The Pipe is created pragmatically using unistd.h pipe function. It creates 2 files descriptors one open for reading and the other is opened for write. then the writing end is passed to the left command as stdout and the reading end is passed to the right command as stdin.

When the process writes to the write file descriptor the kernel will block until the other process is reading from the other reading file descriptor. then it will flow the written data from the write file to the reading file.

Shortcomings

The pipe is a good tool to flow standard output of a command to the standard input of another command. But what if the command doesn’t read from standard input? in this case we can use the named pipe

Named pipe

Named pipe is just like the pipe but it is represented as a file on the filesystem. so you can pass it to any command that reads or writes to a file and the data will flow from the writing process to the reading process without actually writing it to the disk. the file size remains 0 bytes.

So for the past example we can use named pipe as such.

mkfifo lshw-output

This creates a file called lshw-output in the current directory. it works like a normal file but instead of writing and reading from the disk it will work like the pipe. will block writes until another process is reading then it’ll flow the data from the writing end to the reading end.

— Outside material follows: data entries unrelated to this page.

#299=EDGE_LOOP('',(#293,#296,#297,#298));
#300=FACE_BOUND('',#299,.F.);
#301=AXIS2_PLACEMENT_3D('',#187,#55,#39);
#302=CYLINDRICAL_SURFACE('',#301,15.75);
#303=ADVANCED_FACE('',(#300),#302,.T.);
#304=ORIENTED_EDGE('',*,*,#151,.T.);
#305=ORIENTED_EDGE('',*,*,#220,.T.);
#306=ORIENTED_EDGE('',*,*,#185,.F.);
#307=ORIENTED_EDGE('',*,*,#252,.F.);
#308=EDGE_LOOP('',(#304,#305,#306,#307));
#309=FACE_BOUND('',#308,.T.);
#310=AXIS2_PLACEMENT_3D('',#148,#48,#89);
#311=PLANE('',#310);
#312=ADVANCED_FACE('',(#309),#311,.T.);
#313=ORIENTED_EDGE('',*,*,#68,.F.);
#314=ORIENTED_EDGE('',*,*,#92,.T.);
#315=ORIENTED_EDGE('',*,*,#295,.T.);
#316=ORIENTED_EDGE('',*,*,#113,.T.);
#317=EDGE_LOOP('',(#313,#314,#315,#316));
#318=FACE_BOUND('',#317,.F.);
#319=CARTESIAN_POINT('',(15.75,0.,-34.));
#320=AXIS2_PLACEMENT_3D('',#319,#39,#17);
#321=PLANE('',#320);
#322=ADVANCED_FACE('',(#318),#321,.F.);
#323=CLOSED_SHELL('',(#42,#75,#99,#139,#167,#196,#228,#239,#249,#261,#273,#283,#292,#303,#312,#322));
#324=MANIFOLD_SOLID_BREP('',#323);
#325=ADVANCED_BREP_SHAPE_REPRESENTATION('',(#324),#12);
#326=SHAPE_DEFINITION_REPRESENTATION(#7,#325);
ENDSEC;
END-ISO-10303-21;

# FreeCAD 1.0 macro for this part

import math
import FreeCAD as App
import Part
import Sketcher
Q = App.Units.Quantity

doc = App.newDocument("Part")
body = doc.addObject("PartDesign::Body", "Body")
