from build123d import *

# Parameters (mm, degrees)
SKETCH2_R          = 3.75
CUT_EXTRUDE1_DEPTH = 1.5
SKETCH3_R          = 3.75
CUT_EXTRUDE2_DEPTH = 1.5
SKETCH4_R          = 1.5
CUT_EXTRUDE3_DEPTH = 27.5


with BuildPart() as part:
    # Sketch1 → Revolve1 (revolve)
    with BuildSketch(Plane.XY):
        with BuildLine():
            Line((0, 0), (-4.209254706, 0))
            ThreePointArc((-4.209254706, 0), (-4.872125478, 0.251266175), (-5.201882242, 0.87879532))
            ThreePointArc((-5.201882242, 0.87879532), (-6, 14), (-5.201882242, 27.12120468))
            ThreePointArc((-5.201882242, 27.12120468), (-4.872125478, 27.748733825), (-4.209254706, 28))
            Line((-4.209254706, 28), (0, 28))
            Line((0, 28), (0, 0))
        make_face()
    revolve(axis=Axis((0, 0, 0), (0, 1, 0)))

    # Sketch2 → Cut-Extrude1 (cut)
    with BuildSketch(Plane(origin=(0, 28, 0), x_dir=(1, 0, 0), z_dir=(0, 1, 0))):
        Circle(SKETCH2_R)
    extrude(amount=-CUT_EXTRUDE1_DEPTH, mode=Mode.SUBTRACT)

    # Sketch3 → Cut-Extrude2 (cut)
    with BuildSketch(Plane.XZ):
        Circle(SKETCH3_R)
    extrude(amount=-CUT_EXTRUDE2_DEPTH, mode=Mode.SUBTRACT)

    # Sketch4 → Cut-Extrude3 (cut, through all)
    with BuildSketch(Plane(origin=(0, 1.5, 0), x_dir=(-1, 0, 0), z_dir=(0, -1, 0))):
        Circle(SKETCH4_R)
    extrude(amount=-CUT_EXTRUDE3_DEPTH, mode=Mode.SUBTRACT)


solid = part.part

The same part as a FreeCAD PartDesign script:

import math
import FreeCAD as App
import Part
import Sketcher

V = App.Vector

doc = App.newDocument("Part")
params = doc.addObject("Spreadsheet::Sheet", "Params")
for row, (alias, value) in enumerate([
    ("sketch1_radius", "1 mm"),
    ("sketch1_height", "28 mm"),
    ("revolution_angle", "360 deg"),
    ("sketch2_diameter", "7.5 mm"),
    ("pocket1_length", "1.5 mm"),
    ("sketch3_diameter", "7.5 mm"),
    ("pocket2_length", "1.5 mm"),
    ("sketch4_diameter", "3 mm"),
], start=1):
    params.set(f"A{row}", alias)
    params.set(f"B{row}", "=" + value)
    params.setAlias(f"B{row}", alias)

body = doc.addObject("PartDesign::Body", "Body")

# Sketch on XY plane
sketch1 = body.newObject("Sketcher::SketchObject", "Sketch")
sketch1.AttachmentSupport = (doc.getObject("XY_Plane"), [""])
sketch1.MapMode = "FlatFace"
sketch1.addGeometry([
    Part.LineSegment(V(-4.2, 0, 0), V(0, 0, 0)),  # 0
    Part.LineSegment(V(0, 0, 0), V(0, 28, 0)),  # 1
    Part.LineSegment(V(0, 28, 0), V(-4.2, 28, 0)),  # 2
    Part.ArcOfCircle(Part.Circle(V(-4.2, 27, 0), V(0, 0, 1), 1), math.radians(90), math.radians(173)),  # 3
    Part.ArcOfCircle(Part.Circle(V(102.3, 14, 0), V(0, 0, 1), 108.3), math.radians(173.04), math.radians(186.96)),  # 4
    Part.ArcOfCircle(Part.Circle(V(-4.2, 1, 0), V(0, 0, 1), 1), math.radians(-173), math.radians(-90)),  # 5
], False)
sketch1.addConstraint([
    Sketcher.Constraint("Coincident", 0, 2, 1, 1),
    Sketcher.Constraint("Coincident", 1, 2, 2, 1),
    Sketcher.Constraint("Tangent", 2, 2, 3, 1),
    Sketcher.Constraint("Tangent", 3, 2, 4, 1),
    Sketcher.Constraint("Tangent", 4, 2, 5, 1),
    Sketcher.Constraint("Tangent", 5, 2, 0, 1),
    Sketcher.Constraint("Horizontal", 0),
    Sketcher.Constraint("Vertical", 1),
    Sketcher.Constraint("Horizontal", 2),
    Sketcher.Constraint("Coincident", 0, 2, -1, 1),
    Sketcher.Constraint("Equal", 3, 5),
    Sketcher.Constraint("Vertical", 3, 3, 5, 3),
    Sketcher.Constraint("Radius", 3, 1.0),
    Sketcher.Constraint("DistanceY", 1, 1, 1, 2, 28.0),
    Sketcher.Constraint("Radius", 4, 108.256584),
    Sketcher.Constraint("DistanceX", 0, 1, 0, 2, 4.209255),
])
sketch1.setExpression("Constraints[12]", "Params.sketch1_radius")
sketch1.setExpression("Constraints[13]", "Params.sketch1_height")
revolution = body.newObject("PartDesign::Revolution", "Revolution")
revolution.Profile = sketch1
revolution.ReferenceAxis = (sketch1, ["V_Axis"])
revolution.setExpression("Angle", "Params.revolution_angle")

# Sketch on XZ plane
sketch2 = body.newObject("Sketcher::SketchObject", "Sketch001")
sketch2.AttachmentSupport = (doc.getObject("XZ_Plane"), [""])
sketch2.MapMode = "FlatFace"
sketch2.AttachmentOffset = App.Placement(V(0, 0, -28), App.Rotation())
sketch2.addGeometry(Part.Circle(V(0, 0, 0), V(0, 0, 1), 3.8), False)
sketch2.addConstraint([
    Sketcher.Constraint("Coincident", 0, 3, -1, 1),
    Sketcher.Constraint("Diameter", 0, 7.5),
])
sketch2.setExpression("Constraints[1]", "Params.sketch2_diameter")
pocket1 = body.newObject("PartDesign::Pocket", "Pocket")
pocket1.Profile = sketch2
pocket1.setExpression("Length", "Params.pocket1_length")
pocket1.Reversed = True

# Sketch on XZ plane
sketch3 = body.newObject("Sketcher::SketchObject", "Sketch002")
sketch3.AttachmentSupport = (doc.getObject("XZ_Plane"), [""])
sketch3.MapMode = "FlatFace"
sketch3.addGeometry(Part.Circle(V(0, 0, 0), V(0, 0, 1), 3.8), False)
sketch3.addConstraint([
    Sketcher.Constraint("Coincident", 0, 3, -1, 1),
    Sketcher.Constraint("Diameter", 0, 7.5),
])
sketch3.setExpression("Constraints[1]", "Params.sketch3_diameter")
pocket2 = body.newObject("PartDesign::Pocket", "Pocket001")
pocket2.Profile = sketch3
pocket2.setExpression("Length", "Params.pocket2_length")

# Sketch on XZ plane
sketch4 = body.newObject("Sketcher::SketchObject", "Sketch003")
sketch4.AttachmentSupport = (doc.getObject("XZ_Plane"), [""])
sketch4.MapMode = "FlatFace"
sketch4.AttachmentOffset = App.Placement(V(0, 0, -1.5), App.Rotation())
sketch4.addGeometry(Part.Circle(V(0, 0, 0), V(0, 0, 1), 1.5), False)
sketch4.addConstraint([
    Sketcher.Constraint("Coincident", 0, 3, -1, 1),
    Sketcher.Constraint("Diameter", 0, 3.0),
])
sketch4.setExpression("Constraints[1]", "Params.sketch4_diameter")
pocket3 = body.newObject("PartDesign::Pocket", "Pocket002")
pocket3.Profile = sketch4
pocket3.Type = "ThroughAll"

doc.recompute()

So we can do this by executing the next 2 commands in different terminals:

lshw > lshw-output
grep product lshw-output

And if you want to trim the spaces you can write the last command output to another pipe then read it with awk

mkfifo grep-output
grep product lshw-output > grep-output

Then read it with awk in another terminals

awk '{$1=$1};1' grep-output

You’ll notice that lshw terminal is waiting and the grep also is waiting until you execute the awk command. which will

  • start reading from grep-output file
  • which means grep can start writing to it
  • which means it can start reading from lshw-output file
  • then lshw can start writing its output to the lshw-output file

so all commands will run in parallel and the data will flow between them without writing it to the disk. if you check the pipe files size it’ll be 0 bytes. You can delete the pipe file like any other file with rm or unlink.

Usage possibilities

  • If you have processes that reads or writes to files not to stdin and stdout you can create the pipe and pass it as a file parameter.
  • If you have a really large continuous output that you don’t want to persist on disk just to process it with a program.
  • You can give permissions to the pipe so you can have a program that runs as a user with write permissions to the pipe. And have the pipe permission allow a group of users read from it. so you can pass the data from one user to another on the same system.